Mariana Leitão pediu a Luís Montenegro para ter a “bravura de aplicar alternativas que solucionem verdadeiramente os dilemas da população”. A Iniciativa Liberal (IL) quer que o Plano Orçamental do próximo ano contemple iniciativas de estímulo ao setor da edificação e ampliação da oferta de residências, como a redução do IVA, além do corte nos gastos do governo.
A dirigente da IL encontrou-se esta quarta-feira com o chefe do Executivo, na moradia oficial, em São Bento, no contexto das negociações sobre o próximo Plano Orçamental, e pediu a Luís Montenegro para ter a “bravura de aplicar alternativas que solucionem verdadeiramente os dilemas da população”.
No encerramento da reunião, Mariana Leitão defendeu a inclusão no orçamento de 2026 de providências para enfrentar a crise habitacional e ampliar o número de moradias, como “a diminuição efetiva do IVA na edificação” ou a “redução dos tributos sobre ganhos provenientes de imóveis”.
“Não há habitações e nós precisamos que existam providências que permitam que se construam mais moradias, mas também que existam providências no âmbito do arrendamento para que se consiga ter mais residências acessíveis no imediato”, declarou.
Em comentários à imprensa, a dirigente da IL considerou também que é urgente “alterar o IRS de modo significativo” para “colocar mais recursos financeiros no bolso dos cidadãos”, que “não podem continuar a ser castigados por uma carga tributária exagerada”.
Mariana Leitão defendeu igualmente que é “essencial cortar nos gastos do governo”.
“Nós continuamos sem conhecer informações da questão dos servidores públicos. No entanto, temos o responsável pela Reforma do Estado que diz que está fora de cogitação dispensar qualquer pessoa. Ora, a questão que fica é: se não sabem quantos indivíduos estão empregados, em que funções e com quais salários, como é que se podem fazer afirmações dessas?”, questionou.
A liberal defendeu, em seguida, “uma análise rigorosa, efetiva e abrangente da máquina estatal, para que se consiga realizar uma reforma administrativa que produza impacto, que valorize os indivíduos que de fato atuam no setor público, que têm mérito, dedicação e que merecem esse reconhecimento”.
Questionada sobre o papel da IL nos cálculos da aprovação do Plano Orçamental, Mariana Leitão afirmou que “matematicamente, as circunstâncias são claras”, mas destacou a qualidade das iniciativas do partido.
A liberal apontou ainda que “há abertura para conversação”.
Nessa declaração, Mariana Leitão também comentou a presença do dirigente do Chega numa concentração de estrangeiros em frente ao parlamento, acusando André Ventura de “tirar proveito da situação sem propor absolutamente nenhuma resposta que considere a sustentabilidade e as exigências do país”.
A dirigente da IL avaliou que há um “caos absoluto” na política migratória, por “responsabilidade exclusiva do PS, que permitiu durante anos um completo e absoluto descontrolo nas entradas de estrangeiros” no território.
A liberal defendeu uma estratégia migratória alinhada com as “exigências do país, regulada, e acompanhada de mecanismos de fiscalização”.

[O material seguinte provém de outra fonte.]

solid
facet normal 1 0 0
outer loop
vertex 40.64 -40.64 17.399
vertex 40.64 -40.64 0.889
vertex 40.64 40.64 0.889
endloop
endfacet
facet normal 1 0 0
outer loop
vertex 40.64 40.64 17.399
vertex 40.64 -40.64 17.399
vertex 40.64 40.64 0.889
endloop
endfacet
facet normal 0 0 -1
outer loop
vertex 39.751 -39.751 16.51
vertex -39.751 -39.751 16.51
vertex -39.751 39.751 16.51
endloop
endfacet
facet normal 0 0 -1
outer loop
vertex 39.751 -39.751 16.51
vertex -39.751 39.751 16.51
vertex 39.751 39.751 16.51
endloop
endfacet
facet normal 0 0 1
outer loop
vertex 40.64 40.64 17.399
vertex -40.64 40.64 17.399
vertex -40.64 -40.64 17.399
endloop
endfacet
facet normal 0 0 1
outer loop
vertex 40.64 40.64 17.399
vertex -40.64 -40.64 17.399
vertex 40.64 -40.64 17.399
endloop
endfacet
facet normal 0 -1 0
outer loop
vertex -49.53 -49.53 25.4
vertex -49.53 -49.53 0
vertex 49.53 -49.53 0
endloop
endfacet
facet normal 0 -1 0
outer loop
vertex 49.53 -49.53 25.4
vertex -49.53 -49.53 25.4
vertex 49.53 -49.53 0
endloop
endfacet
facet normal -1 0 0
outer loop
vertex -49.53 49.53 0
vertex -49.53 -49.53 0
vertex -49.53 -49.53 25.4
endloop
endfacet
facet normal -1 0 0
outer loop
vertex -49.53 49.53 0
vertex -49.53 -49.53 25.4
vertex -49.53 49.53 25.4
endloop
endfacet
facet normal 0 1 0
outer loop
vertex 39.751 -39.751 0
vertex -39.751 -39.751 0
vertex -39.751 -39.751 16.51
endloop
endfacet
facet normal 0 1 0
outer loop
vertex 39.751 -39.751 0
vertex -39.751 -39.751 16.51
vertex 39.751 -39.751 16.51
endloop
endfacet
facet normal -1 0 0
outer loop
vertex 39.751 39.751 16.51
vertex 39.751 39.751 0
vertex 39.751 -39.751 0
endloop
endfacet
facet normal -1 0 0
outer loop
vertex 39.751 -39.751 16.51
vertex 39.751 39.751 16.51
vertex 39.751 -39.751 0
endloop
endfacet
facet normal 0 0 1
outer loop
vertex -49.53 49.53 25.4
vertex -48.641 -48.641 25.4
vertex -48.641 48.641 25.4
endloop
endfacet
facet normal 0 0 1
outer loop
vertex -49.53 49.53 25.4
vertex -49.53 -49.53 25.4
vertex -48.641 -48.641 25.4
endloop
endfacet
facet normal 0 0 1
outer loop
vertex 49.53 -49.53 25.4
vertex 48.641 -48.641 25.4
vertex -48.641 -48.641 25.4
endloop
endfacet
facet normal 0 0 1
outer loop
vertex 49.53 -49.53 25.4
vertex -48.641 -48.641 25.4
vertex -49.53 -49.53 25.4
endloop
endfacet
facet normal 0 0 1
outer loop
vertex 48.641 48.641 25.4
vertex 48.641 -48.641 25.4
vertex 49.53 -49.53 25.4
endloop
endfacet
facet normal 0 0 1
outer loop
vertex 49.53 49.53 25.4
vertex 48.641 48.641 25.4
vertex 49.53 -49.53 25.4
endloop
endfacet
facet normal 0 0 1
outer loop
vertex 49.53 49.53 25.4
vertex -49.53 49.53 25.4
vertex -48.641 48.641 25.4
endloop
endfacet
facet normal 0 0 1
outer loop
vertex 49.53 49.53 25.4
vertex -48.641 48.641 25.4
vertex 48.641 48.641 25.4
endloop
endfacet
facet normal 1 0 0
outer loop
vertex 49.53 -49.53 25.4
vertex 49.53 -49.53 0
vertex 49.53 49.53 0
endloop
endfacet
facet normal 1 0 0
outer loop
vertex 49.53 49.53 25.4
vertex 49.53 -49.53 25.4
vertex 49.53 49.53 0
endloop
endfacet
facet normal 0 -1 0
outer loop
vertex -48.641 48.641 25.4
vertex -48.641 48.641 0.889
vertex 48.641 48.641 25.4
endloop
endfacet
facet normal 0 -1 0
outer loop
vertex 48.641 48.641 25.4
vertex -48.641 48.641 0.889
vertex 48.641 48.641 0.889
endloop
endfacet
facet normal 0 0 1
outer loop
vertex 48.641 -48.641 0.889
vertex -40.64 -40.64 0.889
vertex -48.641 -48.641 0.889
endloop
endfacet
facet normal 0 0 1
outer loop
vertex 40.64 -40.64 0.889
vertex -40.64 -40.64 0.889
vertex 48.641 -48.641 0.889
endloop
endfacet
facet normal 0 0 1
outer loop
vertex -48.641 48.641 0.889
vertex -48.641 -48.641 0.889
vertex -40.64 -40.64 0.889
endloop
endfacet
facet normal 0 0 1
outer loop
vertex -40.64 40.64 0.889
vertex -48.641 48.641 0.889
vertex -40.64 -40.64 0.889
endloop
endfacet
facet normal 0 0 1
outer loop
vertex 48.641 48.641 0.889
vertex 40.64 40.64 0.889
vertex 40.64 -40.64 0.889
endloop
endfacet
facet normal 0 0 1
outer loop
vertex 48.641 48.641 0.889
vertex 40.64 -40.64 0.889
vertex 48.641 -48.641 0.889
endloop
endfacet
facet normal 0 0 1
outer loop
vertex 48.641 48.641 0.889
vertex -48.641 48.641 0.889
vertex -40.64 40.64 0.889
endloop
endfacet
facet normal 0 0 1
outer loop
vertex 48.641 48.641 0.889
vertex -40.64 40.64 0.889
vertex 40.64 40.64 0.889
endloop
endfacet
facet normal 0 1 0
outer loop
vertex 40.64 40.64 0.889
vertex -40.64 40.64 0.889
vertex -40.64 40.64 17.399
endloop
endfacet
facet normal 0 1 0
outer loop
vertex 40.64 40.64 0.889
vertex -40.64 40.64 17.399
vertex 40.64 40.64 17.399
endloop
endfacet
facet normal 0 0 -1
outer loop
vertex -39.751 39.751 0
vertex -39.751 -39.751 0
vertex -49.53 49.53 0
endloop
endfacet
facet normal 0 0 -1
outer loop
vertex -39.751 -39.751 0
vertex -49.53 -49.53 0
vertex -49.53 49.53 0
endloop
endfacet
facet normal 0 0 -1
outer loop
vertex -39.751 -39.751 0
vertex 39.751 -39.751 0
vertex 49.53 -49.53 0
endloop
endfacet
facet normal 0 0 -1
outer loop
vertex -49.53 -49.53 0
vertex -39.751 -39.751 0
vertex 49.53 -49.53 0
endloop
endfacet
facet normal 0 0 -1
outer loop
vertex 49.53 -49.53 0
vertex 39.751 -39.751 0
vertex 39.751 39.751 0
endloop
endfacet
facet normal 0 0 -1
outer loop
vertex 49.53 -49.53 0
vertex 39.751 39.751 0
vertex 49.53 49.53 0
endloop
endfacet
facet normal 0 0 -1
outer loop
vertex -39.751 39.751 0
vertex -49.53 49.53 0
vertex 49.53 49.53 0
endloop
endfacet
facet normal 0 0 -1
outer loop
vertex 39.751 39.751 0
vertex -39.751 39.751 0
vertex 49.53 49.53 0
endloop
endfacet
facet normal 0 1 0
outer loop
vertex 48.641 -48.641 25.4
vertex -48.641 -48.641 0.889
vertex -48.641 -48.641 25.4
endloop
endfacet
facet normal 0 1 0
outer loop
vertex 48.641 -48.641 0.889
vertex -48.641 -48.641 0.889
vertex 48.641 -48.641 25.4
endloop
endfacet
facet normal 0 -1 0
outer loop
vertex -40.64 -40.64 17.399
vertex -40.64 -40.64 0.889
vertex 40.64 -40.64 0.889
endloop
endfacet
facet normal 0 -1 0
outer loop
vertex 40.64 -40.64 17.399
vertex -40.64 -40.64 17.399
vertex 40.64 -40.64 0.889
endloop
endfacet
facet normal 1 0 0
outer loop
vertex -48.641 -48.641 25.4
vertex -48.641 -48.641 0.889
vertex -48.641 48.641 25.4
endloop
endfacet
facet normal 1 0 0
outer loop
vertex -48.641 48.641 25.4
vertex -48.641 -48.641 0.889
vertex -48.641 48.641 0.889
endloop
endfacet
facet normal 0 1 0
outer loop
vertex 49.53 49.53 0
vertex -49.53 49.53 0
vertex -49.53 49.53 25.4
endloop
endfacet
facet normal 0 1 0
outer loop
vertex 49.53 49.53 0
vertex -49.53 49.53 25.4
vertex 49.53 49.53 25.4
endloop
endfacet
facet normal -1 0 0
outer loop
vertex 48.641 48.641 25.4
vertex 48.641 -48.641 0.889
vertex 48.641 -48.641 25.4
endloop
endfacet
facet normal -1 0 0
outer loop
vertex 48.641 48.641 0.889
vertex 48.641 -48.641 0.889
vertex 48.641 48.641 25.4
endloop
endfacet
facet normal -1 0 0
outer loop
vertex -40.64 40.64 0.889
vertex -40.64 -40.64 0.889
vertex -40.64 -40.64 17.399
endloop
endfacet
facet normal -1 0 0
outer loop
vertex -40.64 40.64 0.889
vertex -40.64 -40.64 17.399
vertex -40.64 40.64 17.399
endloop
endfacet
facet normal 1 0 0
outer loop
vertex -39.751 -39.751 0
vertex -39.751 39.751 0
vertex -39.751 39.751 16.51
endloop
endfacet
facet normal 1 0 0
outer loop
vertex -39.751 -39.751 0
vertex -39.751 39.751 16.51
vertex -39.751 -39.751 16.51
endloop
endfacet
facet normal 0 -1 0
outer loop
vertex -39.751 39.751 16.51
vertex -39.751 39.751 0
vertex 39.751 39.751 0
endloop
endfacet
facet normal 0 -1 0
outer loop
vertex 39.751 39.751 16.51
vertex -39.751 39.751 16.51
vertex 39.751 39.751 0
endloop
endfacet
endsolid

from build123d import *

# Parameters (mm, degrees)
F0_W     = 99.06
F0_H     = 99.06
F1_DEPTH = 25.4
F2_T     = -0.889
F3_W     = 81.28
F3_H     = 81.28
F4_DEPTH = 16.51
F5_W     = 79.502
F5_H     = 79.502
F6_DEPTH = 16.51


with BuildPart() as f1:
    # F0 (on Top) → F1 (new body)
    with BuildSketch(Plane.XY):
        Rectangle(F0_W, F0_H)
    extrude(amount=F1_DEPTH)

    # F2
    f2_openings = [f1.faces().sort_by_distance(p)[0] for p in [
        (0, 0, 25.4),
    ]]
    offset(amount=F2_T, openings=f2_openings)

    # F3 (on face) → F4 (join)
    with BuildSketch(Plane.XY.offset(0.889)):
        Rectangle(F3_W, F3_H)
    extrude(amount=F4_DEPTH)

    # F5 (on face) → F6 (cut)
    with BuildSketch(Plane(origin=(0, 0, 0), x_dir=(1, 0, 0), z_dir=(0, 0, -1))):
        Rectangle(F5_W, F5_H)
    extrude(amount=-F6_DEPTH, mode=Mode.SUBTRACT)


solid = f1.part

O chefe do Chega, André Ventura, deixou esta tarde o plenário com alguns parlamentares do seu partido e dirigiu-se à frente do edifício da Assembleia Nacional, onde se encontravam centenas de estrangeiros, que se manifestavam de forma pacífica.
O ato terminou em grande tensão depois que o grupo do Chega se aproximou do local. Nesse instante, pessoas que participavam da mobilização dirigiram-se a André Ventura gritando palavras como “fascista”, “racista” e “Portugal é de quem labora”.